Untersuchungen des Märkischen Kreises auf dem Hof des Landwirts ergaben seinerzeit, dass der Tank, aus dem die Gülle ins Erdreich geflossen ist, absichtlich geöffnet wurde. Unklar ist, wer den Tank geöffnet hat, da die Ermittlungen der Kriminalpolizei bislang ohne Erfolg blieben. Der Landwirt selbst ging von Sabotage aus. Er war der Bauaufsicht jedoch kein Unbekannter, weil es keine Baugenehmigung für den Tank gab und Risse in den Wänden des Behältnisses festgestellt wurden.

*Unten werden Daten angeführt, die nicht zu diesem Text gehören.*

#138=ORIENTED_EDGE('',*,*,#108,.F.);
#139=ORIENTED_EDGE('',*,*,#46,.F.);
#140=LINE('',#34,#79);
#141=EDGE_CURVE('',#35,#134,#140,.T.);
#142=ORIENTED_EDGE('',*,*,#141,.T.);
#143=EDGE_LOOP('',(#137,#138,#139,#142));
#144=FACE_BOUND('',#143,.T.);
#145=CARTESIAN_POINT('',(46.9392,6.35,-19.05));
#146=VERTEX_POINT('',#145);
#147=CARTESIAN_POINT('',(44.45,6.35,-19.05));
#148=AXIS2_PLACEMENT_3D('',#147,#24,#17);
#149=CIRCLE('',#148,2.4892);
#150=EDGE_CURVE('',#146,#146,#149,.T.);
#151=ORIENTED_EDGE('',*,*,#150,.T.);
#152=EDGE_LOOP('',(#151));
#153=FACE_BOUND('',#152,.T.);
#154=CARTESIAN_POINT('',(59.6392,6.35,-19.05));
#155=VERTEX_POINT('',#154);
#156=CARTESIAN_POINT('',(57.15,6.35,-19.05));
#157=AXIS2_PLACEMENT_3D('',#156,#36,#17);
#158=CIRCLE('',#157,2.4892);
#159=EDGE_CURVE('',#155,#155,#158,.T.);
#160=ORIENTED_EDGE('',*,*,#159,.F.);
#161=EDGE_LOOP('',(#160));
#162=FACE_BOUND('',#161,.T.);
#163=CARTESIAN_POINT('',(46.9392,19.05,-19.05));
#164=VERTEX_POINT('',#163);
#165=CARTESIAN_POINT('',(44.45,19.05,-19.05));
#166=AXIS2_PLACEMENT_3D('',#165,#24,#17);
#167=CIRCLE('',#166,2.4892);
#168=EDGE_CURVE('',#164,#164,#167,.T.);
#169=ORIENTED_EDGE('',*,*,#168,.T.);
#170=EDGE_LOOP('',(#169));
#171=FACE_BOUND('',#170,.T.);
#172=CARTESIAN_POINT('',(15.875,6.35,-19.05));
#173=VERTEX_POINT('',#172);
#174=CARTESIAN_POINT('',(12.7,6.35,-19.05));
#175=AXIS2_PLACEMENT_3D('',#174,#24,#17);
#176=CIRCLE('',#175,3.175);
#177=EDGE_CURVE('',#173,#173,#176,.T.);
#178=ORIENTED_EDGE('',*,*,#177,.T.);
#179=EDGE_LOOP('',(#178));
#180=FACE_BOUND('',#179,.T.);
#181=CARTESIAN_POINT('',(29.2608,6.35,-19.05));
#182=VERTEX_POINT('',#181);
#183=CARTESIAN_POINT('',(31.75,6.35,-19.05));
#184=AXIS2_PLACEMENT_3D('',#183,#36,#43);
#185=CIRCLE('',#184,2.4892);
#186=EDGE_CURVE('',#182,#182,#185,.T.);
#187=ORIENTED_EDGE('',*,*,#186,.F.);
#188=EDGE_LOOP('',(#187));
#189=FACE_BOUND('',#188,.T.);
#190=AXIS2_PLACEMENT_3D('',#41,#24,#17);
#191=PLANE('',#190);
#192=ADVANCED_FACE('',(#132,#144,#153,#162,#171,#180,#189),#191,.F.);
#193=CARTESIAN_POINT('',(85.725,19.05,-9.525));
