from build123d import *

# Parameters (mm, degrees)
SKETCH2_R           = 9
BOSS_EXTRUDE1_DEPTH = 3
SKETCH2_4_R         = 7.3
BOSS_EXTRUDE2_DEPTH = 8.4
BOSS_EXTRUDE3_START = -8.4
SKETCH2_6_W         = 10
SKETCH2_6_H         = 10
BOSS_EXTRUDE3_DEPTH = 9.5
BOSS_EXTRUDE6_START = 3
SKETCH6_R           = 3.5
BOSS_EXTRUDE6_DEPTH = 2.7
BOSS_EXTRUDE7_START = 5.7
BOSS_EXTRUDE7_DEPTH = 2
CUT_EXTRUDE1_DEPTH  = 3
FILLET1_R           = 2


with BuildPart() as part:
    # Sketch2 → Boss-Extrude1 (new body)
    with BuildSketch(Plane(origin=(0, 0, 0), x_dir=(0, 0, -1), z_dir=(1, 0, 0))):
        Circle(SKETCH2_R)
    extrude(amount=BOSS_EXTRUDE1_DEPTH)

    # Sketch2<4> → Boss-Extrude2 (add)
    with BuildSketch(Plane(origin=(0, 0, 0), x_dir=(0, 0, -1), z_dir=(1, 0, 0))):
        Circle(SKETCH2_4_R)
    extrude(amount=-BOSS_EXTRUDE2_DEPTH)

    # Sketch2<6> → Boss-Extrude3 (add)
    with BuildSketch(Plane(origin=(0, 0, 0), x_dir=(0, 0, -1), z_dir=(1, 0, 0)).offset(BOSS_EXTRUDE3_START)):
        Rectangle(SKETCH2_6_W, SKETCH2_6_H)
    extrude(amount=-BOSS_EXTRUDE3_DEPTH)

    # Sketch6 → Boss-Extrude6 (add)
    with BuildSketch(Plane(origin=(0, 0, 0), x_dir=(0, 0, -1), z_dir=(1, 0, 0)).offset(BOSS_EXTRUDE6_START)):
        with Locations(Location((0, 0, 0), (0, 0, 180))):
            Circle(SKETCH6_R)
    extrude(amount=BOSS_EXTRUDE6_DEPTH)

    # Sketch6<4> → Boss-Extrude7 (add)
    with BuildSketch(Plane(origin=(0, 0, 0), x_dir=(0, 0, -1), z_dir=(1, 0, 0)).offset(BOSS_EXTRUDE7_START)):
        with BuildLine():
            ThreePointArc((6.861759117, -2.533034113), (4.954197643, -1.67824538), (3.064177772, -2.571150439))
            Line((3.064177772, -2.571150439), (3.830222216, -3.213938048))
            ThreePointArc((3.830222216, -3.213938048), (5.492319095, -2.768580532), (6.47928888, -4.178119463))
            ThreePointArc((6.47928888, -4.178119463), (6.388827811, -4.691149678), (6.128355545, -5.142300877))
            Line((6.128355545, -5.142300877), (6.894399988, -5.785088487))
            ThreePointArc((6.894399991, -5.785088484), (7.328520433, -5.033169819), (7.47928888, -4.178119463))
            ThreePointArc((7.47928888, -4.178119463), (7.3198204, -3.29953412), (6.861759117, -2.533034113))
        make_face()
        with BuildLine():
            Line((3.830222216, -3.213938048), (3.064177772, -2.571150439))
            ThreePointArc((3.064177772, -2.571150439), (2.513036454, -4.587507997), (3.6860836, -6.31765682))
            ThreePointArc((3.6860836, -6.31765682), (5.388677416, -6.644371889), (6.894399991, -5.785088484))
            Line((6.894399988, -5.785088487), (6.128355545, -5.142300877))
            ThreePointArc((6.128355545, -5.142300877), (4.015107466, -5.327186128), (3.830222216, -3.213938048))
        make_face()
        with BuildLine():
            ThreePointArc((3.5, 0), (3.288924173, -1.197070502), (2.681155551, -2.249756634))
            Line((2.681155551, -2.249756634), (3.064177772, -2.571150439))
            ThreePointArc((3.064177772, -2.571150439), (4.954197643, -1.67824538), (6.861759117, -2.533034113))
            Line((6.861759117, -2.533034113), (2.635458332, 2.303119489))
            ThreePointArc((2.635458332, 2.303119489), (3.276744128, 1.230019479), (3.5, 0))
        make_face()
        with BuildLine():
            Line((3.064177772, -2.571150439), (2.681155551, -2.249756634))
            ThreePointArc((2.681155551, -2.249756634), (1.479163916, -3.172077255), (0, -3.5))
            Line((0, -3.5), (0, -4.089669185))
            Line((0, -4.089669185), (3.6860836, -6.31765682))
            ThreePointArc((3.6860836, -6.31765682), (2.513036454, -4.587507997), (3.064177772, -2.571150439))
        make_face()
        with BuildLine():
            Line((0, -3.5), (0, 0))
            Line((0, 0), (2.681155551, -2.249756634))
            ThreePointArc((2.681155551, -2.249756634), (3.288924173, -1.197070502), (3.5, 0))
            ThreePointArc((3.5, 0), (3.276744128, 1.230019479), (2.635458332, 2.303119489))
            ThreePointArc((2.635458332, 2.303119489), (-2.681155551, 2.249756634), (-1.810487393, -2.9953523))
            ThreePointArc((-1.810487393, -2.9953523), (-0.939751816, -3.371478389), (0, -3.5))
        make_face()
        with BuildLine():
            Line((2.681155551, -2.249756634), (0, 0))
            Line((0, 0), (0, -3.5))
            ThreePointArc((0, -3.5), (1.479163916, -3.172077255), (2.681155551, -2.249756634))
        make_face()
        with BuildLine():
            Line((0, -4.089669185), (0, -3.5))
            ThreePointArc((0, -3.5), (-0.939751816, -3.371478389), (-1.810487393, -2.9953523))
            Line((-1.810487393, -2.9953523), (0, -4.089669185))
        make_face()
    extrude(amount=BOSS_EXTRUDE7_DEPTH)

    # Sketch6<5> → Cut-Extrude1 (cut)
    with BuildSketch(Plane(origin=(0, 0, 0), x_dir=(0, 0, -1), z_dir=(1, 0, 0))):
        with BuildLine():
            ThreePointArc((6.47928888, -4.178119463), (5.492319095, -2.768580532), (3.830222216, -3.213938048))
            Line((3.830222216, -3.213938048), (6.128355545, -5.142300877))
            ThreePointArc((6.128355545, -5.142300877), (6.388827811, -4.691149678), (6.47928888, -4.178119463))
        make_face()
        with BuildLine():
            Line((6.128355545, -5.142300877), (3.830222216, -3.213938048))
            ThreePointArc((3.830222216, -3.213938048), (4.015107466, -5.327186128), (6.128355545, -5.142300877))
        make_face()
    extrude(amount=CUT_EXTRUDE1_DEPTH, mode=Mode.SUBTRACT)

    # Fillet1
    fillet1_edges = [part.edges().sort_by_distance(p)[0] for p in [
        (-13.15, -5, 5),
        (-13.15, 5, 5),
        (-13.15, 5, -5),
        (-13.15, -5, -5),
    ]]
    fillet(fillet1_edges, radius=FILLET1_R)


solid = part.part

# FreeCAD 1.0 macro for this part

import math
import FreeCAD as App
import Part
import Sketcher
Q = App.Units.Quantity


def edges_at(feature, points):
    """Names of the edges that pass closest to the given points."""
    edges = feature.Shape.Edges
    near = lambda p: min(range(len(edges)), key=lambda i: edges[i].distToShape(Part.Vertex(*p))[0])
    return sorted({f"Edge{near(p) + 1}" for p in points})


def add_polygon(sketch, points):
    """Adds a closed chain of lines whose ends are joined by coincident constraints."""
    first, n = sketch.GeometryCount, len(points)
    for a, b in zip(points, points[1:] + points[:1]):
        sketch.addGeometry(Part.LineSegment(App.Vector(*a, 0), App.Vector(*b, 0)), False)
    for i in range(n):
        sketch.addConstraint(Sketcher.Constraint("Coincident", first + i, 2, first + (i + 1) % n, 1))

doc = App.newDocument("Part")
body = doc.addObject("PartDesign::Body", "Body")

# Sketch on YZ plane
sketch1 = doc.addObject("Sketcher::SketchObject", "Sketch")
body.addObject(sketch1)
sketch1.AttachmentSupport = (doc.YZ_Plane, [""])
sketch1.MapMode = "FlatFace"
sketch1.addGeometry(Part.Circle(App.Vector(0, 0, 0), App.Vector(0, 0, 1), 9), False)
sketch1.addConstraint(Sketcher.Constraint("Coincident", 0, 3, -1, 1))
sketch1.addConstraint(Sketcher.Constraint("Diameter", 0, Q("18 mm")))
pad1 = doc.addObject("PartDesign::Pad", "Pad")
body.addObject(pad1)
pad1.Profile = sketch1
pad1.Length = 3

# Sketch on YZ plane
sketch2 = doc.addObject("Sketcher::SketchObject", "Sketch001")
body.addObject(sketch2)
sketch2.AttachmentSupport = (doc.YZ_Plane, [""])
sketch2.MapMode = "FlatFace"
sketch2.addGeometry(Part.Circle(App.Vector(0, 0, 0), App.Vector(0, 0, 1), 7.3), False)
sketch2.addConstraint(Sketcher.Constraint("Coincident", 0, 3, -1, 1))
sketch2.addConstraint(Sketcher.Constraint("Diameter", 0, Q("14.6 mm")))
pad2 = doc.addObject("PartDesign::Pad", "Pad001")
body.addObject(pad2)
pad2.Profile = sketch2
pad2.Length = 8.4
pad2.Reversed = True

# Sketch on YZ plane
sketch3 = doc.addObject("Sketcher::SketchObject", "Sketch002")
body.addObject(sketch3)
sketch3.AttachmentSupport = (doc.YZ_Plane, [""])
sketch3.MapMode = "FlatFace"
sketch3.AttachmentOffset = App.Placement(App.Vector(0, 0, -8.4), App.Rotation())
add_polygon(sketch3, [(5, 5), (-5, 5), (-5, -5), (5, -5)])  # lines 0-3
sketch3.addConstraint(Sketcher.Constraint("Horizontal", 0))
sketch3.addConstraint(Sketcher.Constraint("Vertical", 1))
sketch3.addConstraint(Sketcher.Constraint("Horizontal", 2))
sketch3.addConstraint(Sketcher.Constraint("Vertical", 3))
sketch3.addConstraint(Sketcher.Constraint("Symmetric", 0, 2, 2, 2, -1, 1))
sketch3.addConstraint(Sketcher.Constraint("Equal", 2, 1))
sketch3.addConstraint(Sketcher.Constraint("DistanceX", 0, 2, 0, 1, Q("10 mm")))
pad3 = doc.addObject("PartDesign::Pad", "Pad002")
body.addObject(pad3)
pad3.Profile = sketch3
pad3.Length = 9.5
pad3.Reversed = True

# Sketch on YZ plane
sketch4 = doc.addObject("Sketcher::SketchObject", "Sketch003")
body.addObject(sketch4)
sketch4.AttachmentSupport = (doc.YZ_Plane, [""])
sketch4.MapMode = "FlatFace"
sketch4.AttachmentOffset = App.Placement(App.Vector(0, 0, 3), App.Rotation())
sketch4.addGeometry(Part.Circle(App.Vector(0, 0, 0), App.Vector(0, 0, 1), 3.5), False)
sketch4.addConstraint(Sketcher.Constraint("Coincident", 0, 3, -1, 1))
sketch4.addConstraint(Sketcher.Constraint("Diameter", 0, Q("7 mm")))
pad4 = doc.addObject("PartDesign::Pad", "Pad003")
body.addObject(pad4)
pad4.Profile = sketch4
pad4.Length = 2.7

# Sketch on YZ plane
sketch5 = doc.addObject("Sketcher::SketchObject", "Sketch004")
body.addObject(sketch5)
sketch5.AttachmentSupport = (doc.YZ_Plane, [""])
sketch5.MapMode = "FlatFace"
sketch5.AttachmentOffset = App.Placement(App.Vector(0, 0, 5.7), App.Rotation())
sketch5.addGeometry(Part.LineSegment(App.Vector(-2.995352, 1.810487, 0), App.Vector(-4.089669, 0, 0)), False)
sketch5.addGeometry(Part.LineSegment(App.Vector(-4.089669, 0, 0), App.Vector(-6.317657, -3.686084, 0)), False)
sketch5.addGeometry(Part.ArcOfCircle(Part.Circle(App.Vector(-4.178119, -4.979289, 0), App.Vector(0, 0, 1), 2.5), math.radians(148.849883), math.radians(230)), False)
sketch5.addGeometry(Part.ArcOfCircle(Part.Circle(App.Vector(-4.178119, -4.979289, 0), App.Vector(0, 0, 1), 2.5), math.radians(-130), math.radians(-90)), False)
sketch5.addGeometry(Part.ArcOfCircle(Part.Circle(App.Vector(-4.178119, -4.979289, 0), App.Vector(0, 0, 1), 2.5), math.radians(-90), math.radians(-48.849883)), False)
sketch5.addGeometry(Part.LineSegment(App.Vector(-2.533034, -6.861759, 0), App.Vector(2.303119, -2.635458, 0)), False)
sketch5.addGeometry(Part.ArcOfCircle(Part.Circle(App.Vector(0, 0, 0), App.Vector(0, 0, 1), 3.5), math.radians(-48.849883), math.radians(148.849883)), False)
sketch5.addGeometry(Part.ArcOfCircle(Part.Circle(App.Vector(-4.178119, -4.979289, 0), App.Vector(0, 0, 1), 1.5), math.radians(-130), math.radians(-90)), False)
sketch5.addGeometry(Part.ArcOfCircle(Part.Circle(App.Vector(-4.178119, -4.979289, 0), App.Vector(0, 0, 1), 1.5), math.radians(50), math.radians(230)), False)
sketch5.addGeometry(Part.ArcOfCircle(Part.Circle(App.Vector(-4.178119, -4.979289, 0), App.Vector(0, 0, 1), 1.5), math.radians(-90), math.radians(50)), False)
sketch5.addConstraint(Sketcher.Constraint("Coincident", 0, 2, 1, 1))
sketch5.addConstraint(Sketcher.Constraint("Tangent", 1, 2, 2, 1))
sketch5.addConstraint(Sketcher.Constraint("Tangent", 2, 2, 3, 1))
sketch5.addConstraint(Sketcher.Constraint("Tangent", 3, 2, 4, 1))
sketch5.addConstraint(Sketcher.Constraint("Tangent", 4, 2, 5, 1))
sketch5.addConstraint(Sketcher.Constraint("Tangent", 5, 2, 6, 1))
sketch5.addConstraint(Sketcher.Constraint("Tangent", 6, 2, 0, 1))
sketch5.addConstraint(Sketcher.Constraint("Tangent", 7, 1, 8, 2))
sketch5.addConstraint(Sketcher.Constraint("Tangent", 8, 1, 9, 2))
sketch5.addConstraint(Sketcher.Constraint("Tangent", 9, 1, 7, 2))
sketch5.addConstraint(Sketcher.Constraint("Coincident", 6, 3, -1, 1))
sketch5.addConstraint(Sketcher.Constraint("Coincident", 4, 3, 2, 3))
sketch5.addConstraint(Sketcher.Constraint("Coincident", 7, 3, 2, 3))
sketch5.addConstraint(Sketcher.Constraint("PointOnObject", 0, 2, -1))
sketch5.addConstraint(Sketcher.Constraint("Parallel", 0, 1))
sketch5.addConstraint(Sketcher.Constraint("Vertical", 9, 3, 3, 2))
sketch5.addConstraint(Sketcher.Constraint("Vertical", 3, 2, 9, 1))
sketch5.addConstraint(Sketcher.Constraint("Radius", 2, Q("2.5 mm")))
sketch5.addConstraint(Sketcher.Constraint("Radius", 6, Q("3.5 mm")))
sketch5.addConstraint(Sketcher.Constraint("Radius", 7, Q("1.5 mm")))
sketch5.addConstraint(Sketcher.Constraint("DistanceY", 2, 2, -1, 1, Q("6.8944 mm")))
sketch5.addConstraint(Sketcher.Constraint("DistanceX", 7, 1, -1, 1, Q("5.142301 mm")))
sketch5.addConstraint(Sketcher.Constraint("DistanceY", 4, 2, 5, 2, Q("4.226301 mm")))
sketch5.addConstraint(Sketcher.Constraint("DistanceX", 2, 3, -1, 1, Q("4.178119 mm")))
sketch5.addConstraint(Sketcher.Constraint("DistanceX", 8, 1, -1, 1, Q("3.213938 mm")))
pad5 = doc.addObject("PartDesign::Pad", "Pad004")
body.addObject(pad5)
pad5.Profile = sketch5
pad5.Length = 2

# Sketch on YZ plane
sketch6 = doc.addObject("Sketcher::SketchObject", "Sketch005")
body.addObject(sketch6)
sketch6.AttachmentSupport = (doc.YZ_Plane, [""])
sketch6.MapMode = "FlatFace"
sketch6.addGeometry(Part.ArcOfCircle(Part.Circle(App.Vector(-4.178119, -4.979289, 0), App.Vector(0, 0, 1), 1.5), math.radians(-90), math.radians(50)), False)
sketch6.addGeometry(Part.ArcOfCircle(Part.Circle(App.Vector(-4.178119, -4.979289, 0), App.Vector(0, 0, 1), 1.5), math.radians(50), math.radians(230)), False)
sketch6.addGeometry(Part.ArcOfCircle(Part.Circle(App.Vector(-4.178119, -4.979289, 0), App.Vector(0, 0, 1), 1.5), math.radians(-130), math.radians(-90)), False)
sketch6.addConstraint(Sketcher.Constraint("Tangent", 0, 2, 1, 1))
sketch6.addConstraint(Sketcher.Constraint("Tangent", 1, 2, 2, 1))
sketch6.addConstraint(Sketcher.Constraint("Tangent", 2, 2, 0, 1))
sketch6.addConstraint(Sketcher.Constraint("Vertical", 1, 3, 2, 2))
sketch6.addConstraint(Sketcher.Constraint("Radius", 0, Q("1.5 mm")))
sketch6.addConstraint(Sketcher.Constraint("DistanceX", 1, 2, -1, 1, Q("5.142301 mm")))
sketch6.addConstraint(Sketcher.Constraint("DistanceX", 0, 3, -1, 1, Q("4.178119 mm")))
sketch6.addConstraint(Sketcher.Constraint("DistanceY", 0, 3, -1, 1, Q("4.979289 mm")))
sketch6.addConstraint(Sketcher.Constraint("DistanceX", 0, 2, -1, 1, Q("3.213938 mm")))
pocket1 = doc.addObject("PartDesign::Pocket", "Pocket")
body.addObject(pocket1)
pocket1.Profile = sketch6
pocket1.Length = 3
pocket1.Reversed = True
doc.recompute()

fillet = doc.addObject("PartDesign::Fillet", "Fillet")
body.addObject(fillet)
fillet.Base = (pocket1, edges_at(pocket1, [
    (-13.15, -5, 5),
    (-13.15, 5, 5),
    (-13.15, 5, -5),
    (-13.15, -5, -5),
]))
fillet.Radius = 2

doc.recompute()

[Die Verschmutzung hatte zu einem großen Fisch-Sterben geführt.]

Der EWR hat, wie Frings bestätigte, zwei Klagen auf Schadenersatz beim Landgericht Hagen gegen den Landwirt eingereicht. Dabei laufen derzeit zwei Klagen parallel. Zum einen geht es um den Gülleunfall im vergangenen März, zum anderen um einen Vorfall, der sich im November 2014 zugetragen hat. Schon damals war vom selben Bauernhof Gülle in den Neye-Bach gelangt, der daraufhin aufwendig gereinigt werden musste. Diese Klage soll bereits im kommenden Monat verhandelt werden, während es für das zweite Verfahren noch keinen Termin gibt.